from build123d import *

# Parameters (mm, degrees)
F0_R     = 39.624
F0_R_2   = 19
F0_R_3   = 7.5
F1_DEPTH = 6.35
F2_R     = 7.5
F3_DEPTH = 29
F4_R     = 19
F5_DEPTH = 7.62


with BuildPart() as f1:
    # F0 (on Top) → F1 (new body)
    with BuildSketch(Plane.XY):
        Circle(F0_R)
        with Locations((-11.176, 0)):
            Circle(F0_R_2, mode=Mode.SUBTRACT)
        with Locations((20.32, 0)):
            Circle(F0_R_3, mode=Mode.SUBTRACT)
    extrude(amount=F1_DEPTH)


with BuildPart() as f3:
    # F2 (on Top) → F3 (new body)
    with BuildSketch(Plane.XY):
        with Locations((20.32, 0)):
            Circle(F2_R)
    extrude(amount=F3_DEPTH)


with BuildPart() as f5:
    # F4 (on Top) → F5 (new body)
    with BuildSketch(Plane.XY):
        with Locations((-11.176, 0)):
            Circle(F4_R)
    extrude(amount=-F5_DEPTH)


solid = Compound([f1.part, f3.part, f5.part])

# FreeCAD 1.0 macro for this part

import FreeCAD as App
import Part
import Sketcher
from FreeCAD import Vector
Q = App.Units.Quantity

doc = App.newDocument("Part")
body = doc.addObject("PartDesign::Body", "Body")

# Sketch on XY plane
sketch1 = body.newObject("Sketcher::SketchObject", "Sketch")
sketch1.AttachmentSupport = (doc.getObject("XY_Plane"), [""])
sketch1.MapMode = "FlatFace"
sketch1.addGeometry([
    Part.Circle(Vector(0, 0, 0), Vector(0, 0, 1), 40),
    Part.Circle(Vector(-11, 0, 0), Vector(0, 0, 1), 19),
    Part.Circle(Vector(20, 0, 0), Vector(0, 0, 1), 8),
], False)
sketch1.addConstraint([
    Sketcher.Constraint("Coincident", 0, 3, -1, 1),
    Sketcher.Constraint("PointOnObject", 1, 3, -1),
    Sketcher.Constraint("PointOnObject", 2, 3, -1),
    Sketcher.Constraint("Diameter", 1, Q("38 mm")),
    Sketcher.Constraint("Diameter", 2, Q("15 mm")),
    Sketcher.Constraint("Diameter", 0, Q("79.248 mm")),
    Sketcher.Constraint("DistanceX", -1, 1, 2, 3, Q("20.32 mm")),
    Sketcher.Constraint("DistanceX", 1, 3, -1, 1, Q("11.176 mm")),
])
pad1 = body.newObject("PartDesign::Pad", "Pad")
pad1.Profile = sketch1
pad1.Length = 6.35
body2 = doc.addObject("PartDesign::Body", "Body001")

# Sketch on XY plane
sketch2 = body2.newObject("Sketcher::SketchObject", "Sketch001")
sketch2.AttachmentSupport = (doc.getObject("XY_Plane001"), [""])
sketch2.MapMode = "FlatFace"
sketch2.addGeometry(Part.Circle(Vector(20, 0, 0), Vector(0, 0, 1), 8), False)
sketch2.addConstraint([
    Sketcher.Constraint("PointOnObject", 0, 3, -1),
    Sketcher.Constraint("Diameter", 0, Q("15 mm")),
    Sketcher.Constraint("DistanceX", -1, 1, 0, 3, Q("20.32 mm")),
])
pad2 = body2.newObject("PartDesign::Pad", "Pad001")
pad2.Profile = sketch2
pad2.Length = 29
body3 = doc.addObject("PartDesign::Body", "Body002")

# Sketch on XY plane
sketch3 = body3.newObject("Sketcher::SketchObject", "Sketch002")
sketch3.AttachmentSupport = (doc.getObject("XY_Plane002"), [""])
sketch3.MapMode = "FlatFace"
sketch3.addGeometry(Part.Circle(Vector(-11, 0, 0), Vector(0, 0, 1), 19), False)
sketch3.addConstraint([
    Sketcher.Constraint("PointOnObject", 0, 3, -1),
    Sketcher.Constraint("Diameter", 0, Q("38 mm")),
    Sketcher.Constraint("DistanceX", 0, 3, -1, 1, Q("11.176 mm")),
])
pad3 = body3.newObject("PartDesign::Pad", "Pad002")
pad3.Profile = sketch3
pad3.Length = 7.62
pad3.Reversed = True

doc.recompute()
====================
*WHAT IS EXPECTED*
I need each of the entries above printed again exactly.

*SOLVED PROBLEM*
from build123d import *

# Parameters (mm, degrees)
F0_R     = 39.624
F0_R_2   = 19
F0_R_3   = 7.5
F1_DEPTH = 6.35
F2_R     = 7.5
F3_DEPTH = 29
F4_R     = 19
F5_DEPTH = 7.62


with BuildPart() as f1:
    # F0 (on Top) → F1 (new body)
    with BuildSketch(Plane.XY):
        Circle(F0_R)
        with Locations((-11.176, 0)):
            Circle(F0_R_2, mode=Mode.SUBTRACT)
        with Locations((20.32, 0)):
            Circle(F0_R_3, mode=Mode.SUBTRACT)
    extrude(amount=F1_DEPTH)


with BuildPart() as f3:
    # F2 (on Top) → F3 (new body)
    with BuildSketch(Plane.XY):
        with Locations((20.32, 0)):
            Circle(F2_R)
    extrude(amount=F3_DEPTH)


with BuildPart() as f5:
    # F4 (on Top) → F5 (new body)
    with BuildSketch(Plane.XY):
        with Locations((-11.176, 0)):
            Circle(F4_R)
    extrude(amount=-F5_DEPTH)


solid = Compound([f1.part, f3.part, f5.part])

# FreeCAD 1.0 macro for this part

import FreeCAD as App
import Part
import Sketcher
from FreeCAD import Vector
Q = App.Units.Quantity

doc = App.newDocument("Part")
body = doc.addObject("PartDesign::Body", "Body")

# Sketch on XY plane
sketch1 = body.newObject("Sketcher::SketchObject", "Sketch")
sketch1.AttachmentSupport = (doc.getObject("XY_Plane"), [""])
sketch1.MapMode = "FlatFace"
sketch1.addGeometry([
    Part.Circle(Vector(0, 0, 0), Vector(0, 0, 1), 40),
    Part.Circle(Vector(-11, 0, 0), Vector(0, 0, 1), 19),
    Part.Circle(Vector(20, 0, 0), Vector(0, 0, 1), 8),
], False)
sketch1.addConstraint([
    Sketcher.Constraint("Coincident", 0, 3, -1, 1),
    Sketcher.Constraint("PointOnObject", 1, 3, -1),
    Sketcher.Constraint("PointOnObject", 2, 3, -1),
    Sketcher.Constraint("Diameter", 1, Q("38 mm")),
    Sketcher.Constraint("Diameter", 2, Q("15 mm")),
    Sketcher.Constraint("Diameter", 0, Q("79.248 mm")),
    Sketcher.Constraint("DistanceX", -1, 1, 2, 3, Q("20.32 mm")),
    Sketcher.Constraint("DistanceX", 1, 3, -1, 1, Q("11.176 mm")),
])
pad1 = body.newObject("PartDesign::Pad", "Pad")
pad1.Profile = sketch1
pad1.Length = 6.35
body2 = doc.addObject("PartDesign::Body", "Body001")

# Sketch on XY plane
sketch2 = body2.newObject("Sketcher::SketchObject", "Sketch001")
sketch2.AttachmentSupport = (doc.getObject("XY_Plane001"), [""])
sketch2.MapMode = "FlatFace"
sketch2.addGeometry(Part.Circle(Vector(20, 0, 0), Vector(0, 0, 1), 8), False)
sketch2.addConstraint([
    Sketcher.Constraint("PointOnObject", 0, 3, -1),
    Sketcher.Constraint("Diameter", 0, Q("15 mm")),
    Sketcher.Constraint("DistanceX", -1, 1, 0, 3, Q("20.32 mm")),
])
pad2 = body2.newObject("PartDesign::Pad", "Pad001")
pad2.Profile = sketch2
pad2.Length = 29
body3 = doc.addObject("PartDesign::Body", "Body002")

# Sketch on XY plane
sketch3 = body3.newObject("Sketcher::SketchObject", "Sketch002")
sketch3.AttachmentSupport = (doc.getObject("XY_Plane002"), [""])
sketch3.MapMode = "FlatFace"
sketch3.addGeometry(Part.Circle(Vector(-11, 0, 0), Vector(0, 0, 1), 19), False)
sketch3.addConstraint([
    Sketcher.Constraint("PointOnObject", 0, 3, -1),
    Sketcher.Constraint("Diameter", 0, Q("38 mm")),
    Sketcher.Constraint("DistanceX", 0, 3, -1, 1, Q("11.176 mm")),
])
pad3 = body3.newObject("PartDesign::Pad", "Pad002")
pad3.Profile = sketch3
pad3.Length = 7.62
pad3.Reversed = True

doc.recompute()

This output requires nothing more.